══ Listed records

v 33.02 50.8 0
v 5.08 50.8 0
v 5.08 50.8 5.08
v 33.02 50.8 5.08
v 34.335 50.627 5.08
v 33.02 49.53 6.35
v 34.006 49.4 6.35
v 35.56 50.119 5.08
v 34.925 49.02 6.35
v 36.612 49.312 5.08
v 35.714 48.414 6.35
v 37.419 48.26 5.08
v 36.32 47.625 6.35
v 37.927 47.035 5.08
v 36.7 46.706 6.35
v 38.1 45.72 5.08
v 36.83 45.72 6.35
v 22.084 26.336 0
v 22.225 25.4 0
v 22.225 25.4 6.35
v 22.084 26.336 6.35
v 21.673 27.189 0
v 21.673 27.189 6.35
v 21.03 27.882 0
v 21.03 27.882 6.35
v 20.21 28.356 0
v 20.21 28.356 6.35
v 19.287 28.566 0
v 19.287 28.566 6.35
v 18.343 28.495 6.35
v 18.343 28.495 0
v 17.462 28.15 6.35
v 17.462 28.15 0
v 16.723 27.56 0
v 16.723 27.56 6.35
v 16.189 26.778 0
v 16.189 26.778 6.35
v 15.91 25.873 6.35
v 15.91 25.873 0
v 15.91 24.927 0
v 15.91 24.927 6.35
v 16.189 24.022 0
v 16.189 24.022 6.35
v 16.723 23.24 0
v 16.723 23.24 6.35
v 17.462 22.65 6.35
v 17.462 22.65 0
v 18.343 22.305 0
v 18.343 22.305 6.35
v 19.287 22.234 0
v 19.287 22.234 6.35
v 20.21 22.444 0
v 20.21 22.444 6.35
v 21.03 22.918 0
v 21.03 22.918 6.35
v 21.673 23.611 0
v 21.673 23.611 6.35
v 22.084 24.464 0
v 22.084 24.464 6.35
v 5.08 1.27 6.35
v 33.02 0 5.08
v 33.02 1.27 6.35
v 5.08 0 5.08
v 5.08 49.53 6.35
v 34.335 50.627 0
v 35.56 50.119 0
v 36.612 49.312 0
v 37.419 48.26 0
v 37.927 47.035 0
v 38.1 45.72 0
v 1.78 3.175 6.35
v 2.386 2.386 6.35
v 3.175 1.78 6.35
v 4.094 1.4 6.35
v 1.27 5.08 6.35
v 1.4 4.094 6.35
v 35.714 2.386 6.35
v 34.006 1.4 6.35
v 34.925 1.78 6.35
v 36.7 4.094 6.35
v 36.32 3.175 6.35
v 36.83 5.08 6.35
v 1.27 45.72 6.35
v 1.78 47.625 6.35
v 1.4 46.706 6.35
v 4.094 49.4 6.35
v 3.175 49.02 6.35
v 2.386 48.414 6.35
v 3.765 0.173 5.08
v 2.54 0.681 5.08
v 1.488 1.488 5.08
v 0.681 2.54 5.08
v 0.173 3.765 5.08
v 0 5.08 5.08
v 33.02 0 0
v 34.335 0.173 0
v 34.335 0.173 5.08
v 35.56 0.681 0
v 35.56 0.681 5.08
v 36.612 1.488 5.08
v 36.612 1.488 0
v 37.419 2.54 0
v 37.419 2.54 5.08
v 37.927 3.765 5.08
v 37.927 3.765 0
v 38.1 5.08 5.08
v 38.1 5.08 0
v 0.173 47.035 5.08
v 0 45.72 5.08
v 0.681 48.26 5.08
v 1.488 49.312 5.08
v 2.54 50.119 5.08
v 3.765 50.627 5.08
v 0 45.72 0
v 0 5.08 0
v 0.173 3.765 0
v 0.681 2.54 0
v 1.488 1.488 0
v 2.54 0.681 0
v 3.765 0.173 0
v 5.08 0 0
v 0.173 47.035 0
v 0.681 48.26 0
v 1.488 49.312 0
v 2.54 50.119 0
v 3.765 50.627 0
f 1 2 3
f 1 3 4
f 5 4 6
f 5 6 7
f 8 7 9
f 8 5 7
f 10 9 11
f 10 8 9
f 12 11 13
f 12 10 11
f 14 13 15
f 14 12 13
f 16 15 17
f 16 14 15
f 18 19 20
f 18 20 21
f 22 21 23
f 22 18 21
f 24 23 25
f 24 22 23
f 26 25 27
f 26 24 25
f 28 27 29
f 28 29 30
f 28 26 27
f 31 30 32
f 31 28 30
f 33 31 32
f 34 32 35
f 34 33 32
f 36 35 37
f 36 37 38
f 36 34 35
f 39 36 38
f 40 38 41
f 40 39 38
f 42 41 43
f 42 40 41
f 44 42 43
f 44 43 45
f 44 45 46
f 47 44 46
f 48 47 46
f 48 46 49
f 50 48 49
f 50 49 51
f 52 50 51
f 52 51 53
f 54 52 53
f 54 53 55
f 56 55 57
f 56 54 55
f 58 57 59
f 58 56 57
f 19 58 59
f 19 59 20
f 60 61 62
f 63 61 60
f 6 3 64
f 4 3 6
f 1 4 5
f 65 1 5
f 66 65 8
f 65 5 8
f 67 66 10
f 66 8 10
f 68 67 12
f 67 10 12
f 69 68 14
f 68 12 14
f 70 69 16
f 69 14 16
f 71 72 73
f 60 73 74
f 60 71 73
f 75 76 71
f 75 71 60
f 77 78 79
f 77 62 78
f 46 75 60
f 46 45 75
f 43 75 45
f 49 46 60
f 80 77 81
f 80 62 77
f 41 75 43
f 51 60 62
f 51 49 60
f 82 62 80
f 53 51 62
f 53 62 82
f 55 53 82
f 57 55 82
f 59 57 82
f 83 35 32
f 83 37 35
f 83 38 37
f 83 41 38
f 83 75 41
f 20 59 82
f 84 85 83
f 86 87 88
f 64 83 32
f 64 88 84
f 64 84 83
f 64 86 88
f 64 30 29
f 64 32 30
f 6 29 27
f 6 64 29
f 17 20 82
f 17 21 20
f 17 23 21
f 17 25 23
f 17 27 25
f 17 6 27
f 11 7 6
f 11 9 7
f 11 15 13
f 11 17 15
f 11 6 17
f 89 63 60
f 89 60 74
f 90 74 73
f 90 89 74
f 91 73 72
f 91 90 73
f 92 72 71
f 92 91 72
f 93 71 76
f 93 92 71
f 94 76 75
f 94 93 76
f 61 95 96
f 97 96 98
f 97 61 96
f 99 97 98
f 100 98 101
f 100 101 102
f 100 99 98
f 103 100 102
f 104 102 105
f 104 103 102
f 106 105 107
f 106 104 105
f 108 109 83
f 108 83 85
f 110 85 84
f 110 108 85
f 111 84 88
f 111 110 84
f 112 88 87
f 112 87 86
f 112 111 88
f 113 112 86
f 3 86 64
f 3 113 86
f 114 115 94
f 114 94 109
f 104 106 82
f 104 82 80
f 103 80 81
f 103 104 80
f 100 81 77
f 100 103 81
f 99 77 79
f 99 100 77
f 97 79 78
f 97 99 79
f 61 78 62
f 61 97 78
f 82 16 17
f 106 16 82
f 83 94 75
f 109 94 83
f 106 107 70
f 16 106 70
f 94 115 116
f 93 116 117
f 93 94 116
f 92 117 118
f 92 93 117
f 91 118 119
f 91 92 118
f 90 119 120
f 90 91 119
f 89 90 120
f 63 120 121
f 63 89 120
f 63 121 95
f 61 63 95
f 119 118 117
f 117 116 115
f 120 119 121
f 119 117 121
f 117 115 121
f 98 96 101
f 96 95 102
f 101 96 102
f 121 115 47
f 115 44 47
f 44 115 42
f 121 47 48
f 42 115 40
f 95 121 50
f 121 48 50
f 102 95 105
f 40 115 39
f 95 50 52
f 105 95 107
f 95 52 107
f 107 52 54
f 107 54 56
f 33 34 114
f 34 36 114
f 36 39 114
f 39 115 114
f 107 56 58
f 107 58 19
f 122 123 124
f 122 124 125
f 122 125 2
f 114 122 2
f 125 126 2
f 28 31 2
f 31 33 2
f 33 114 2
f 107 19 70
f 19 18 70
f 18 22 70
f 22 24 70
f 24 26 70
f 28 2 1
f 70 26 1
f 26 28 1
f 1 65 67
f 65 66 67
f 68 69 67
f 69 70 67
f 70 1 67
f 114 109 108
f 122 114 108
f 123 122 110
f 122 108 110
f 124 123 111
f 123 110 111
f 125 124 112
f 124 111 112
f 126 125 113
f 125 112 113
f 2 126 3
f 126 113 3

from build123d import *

# Parameters (mm, degrees)
F0_W     = 38.1
F0_H     = 50.8
F0_R     = 3.175
F1_DEPTH = 6.35
F2_R     = 5.08
F3_SIZE  = 1.27


with BuildPart() as f1:
    # F0 (on Top) → F1 (new body)
    with BuildSketch(Plane.XY):
        with Locations((19.05, 25.4)):
            Rectangle(F0_W, F0_H)
        with Locations((19.05, 25.4)):
            Circle(F0_R, mode=Mode.SUBTRACT)
    extrude(amount=F1_DEPTH)

    # F2
    f2_edges = [f1.edges().sort_by_distance(p)[0] for p in [
        (0, 50.8, 3.175),
        (0, 0, 3.175),
        (38.1, 0, 3.175),
        (38.1, 50.8, 3.175),
    ]]
    fillet(f2_edges, radius=F2_R)

    # F3
    f3_edges = [f1.edges().sort_by_distance(p)[0] for p in [
        (19.05, 50.8, 6.35),
    ]]
    chamfer(f3_edges, length=F3_SIZE)


solid = f1.part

════

▸ What is required: The response should be the listing above, limited to the lines between the one holding "f 104 82 80" and the one holding "f 126 113 3", inclusive, reproduced exactly.

▸ Solution for this task:
f 104 82 80
f 103 80 81
f 103 104 80
f 100 81 77
f 100 103 81
f 99 77 79
f 99 100 77
f 97 79 78
f 97 99 79
f 61 78 62
f 61 97 78
f 82 16 17
f 106 16 82
f 83 94 75
f 109 94 83
f 106 107 70
f 16 106 70
f 94 115 116
f 93 116 117
f 93 94 116
f 92 117 118
f 92 93 117
f 91 118 119
f 91 92 118
f 90 119 120
f 90 91 119
f 89 90 120
f 63 120 121
f 63 89 120
f 63 121 95
f 61 63 95
f 119 118 117
f 117 116 115
f 120 119 121
f 119 117 121
f 117 115 121
f 98 96 101
f 96 95 102
f 101 96 102
f 121 115 47
f 115 44 47
f 44 115 42
f 121 47 48
f 42 115 40
f 95 121 50
f 121 48 50
f 102 95 105
f 40 115 39
f 95 50 52
f 105 95 107
f 95 52 107
f 107 52 54
f 107 54 56
f 33 34 114
f 34 36 114
f 36 39 114
f 39 115 114
f 107 56 58
f 107 58 19
f 122 123 124
f 122 124 125
f 122 125 2
f 114 122 2
f 125 126 2
f 28 31 2
f 31 33 2
f 33 114 2
f 107 19 70
f 19 18 70
f 18 22 70
f 22 24 70
f 24 26 70
f 28 2 1
f 70 26 1
f 26 28 1
f 1 65 67
f 65 66 67
f 68 69 67
f 69 70 67
f 70 1 67
f 114 109 108
f 122 114 108
f 123 122 110
f 122 108 110
f 124 123 111
f 123 110 111
f 125 124 112
f 124 111 112
f 126 125 113
f 125 112 113
f 2 126 3
f 126 113 3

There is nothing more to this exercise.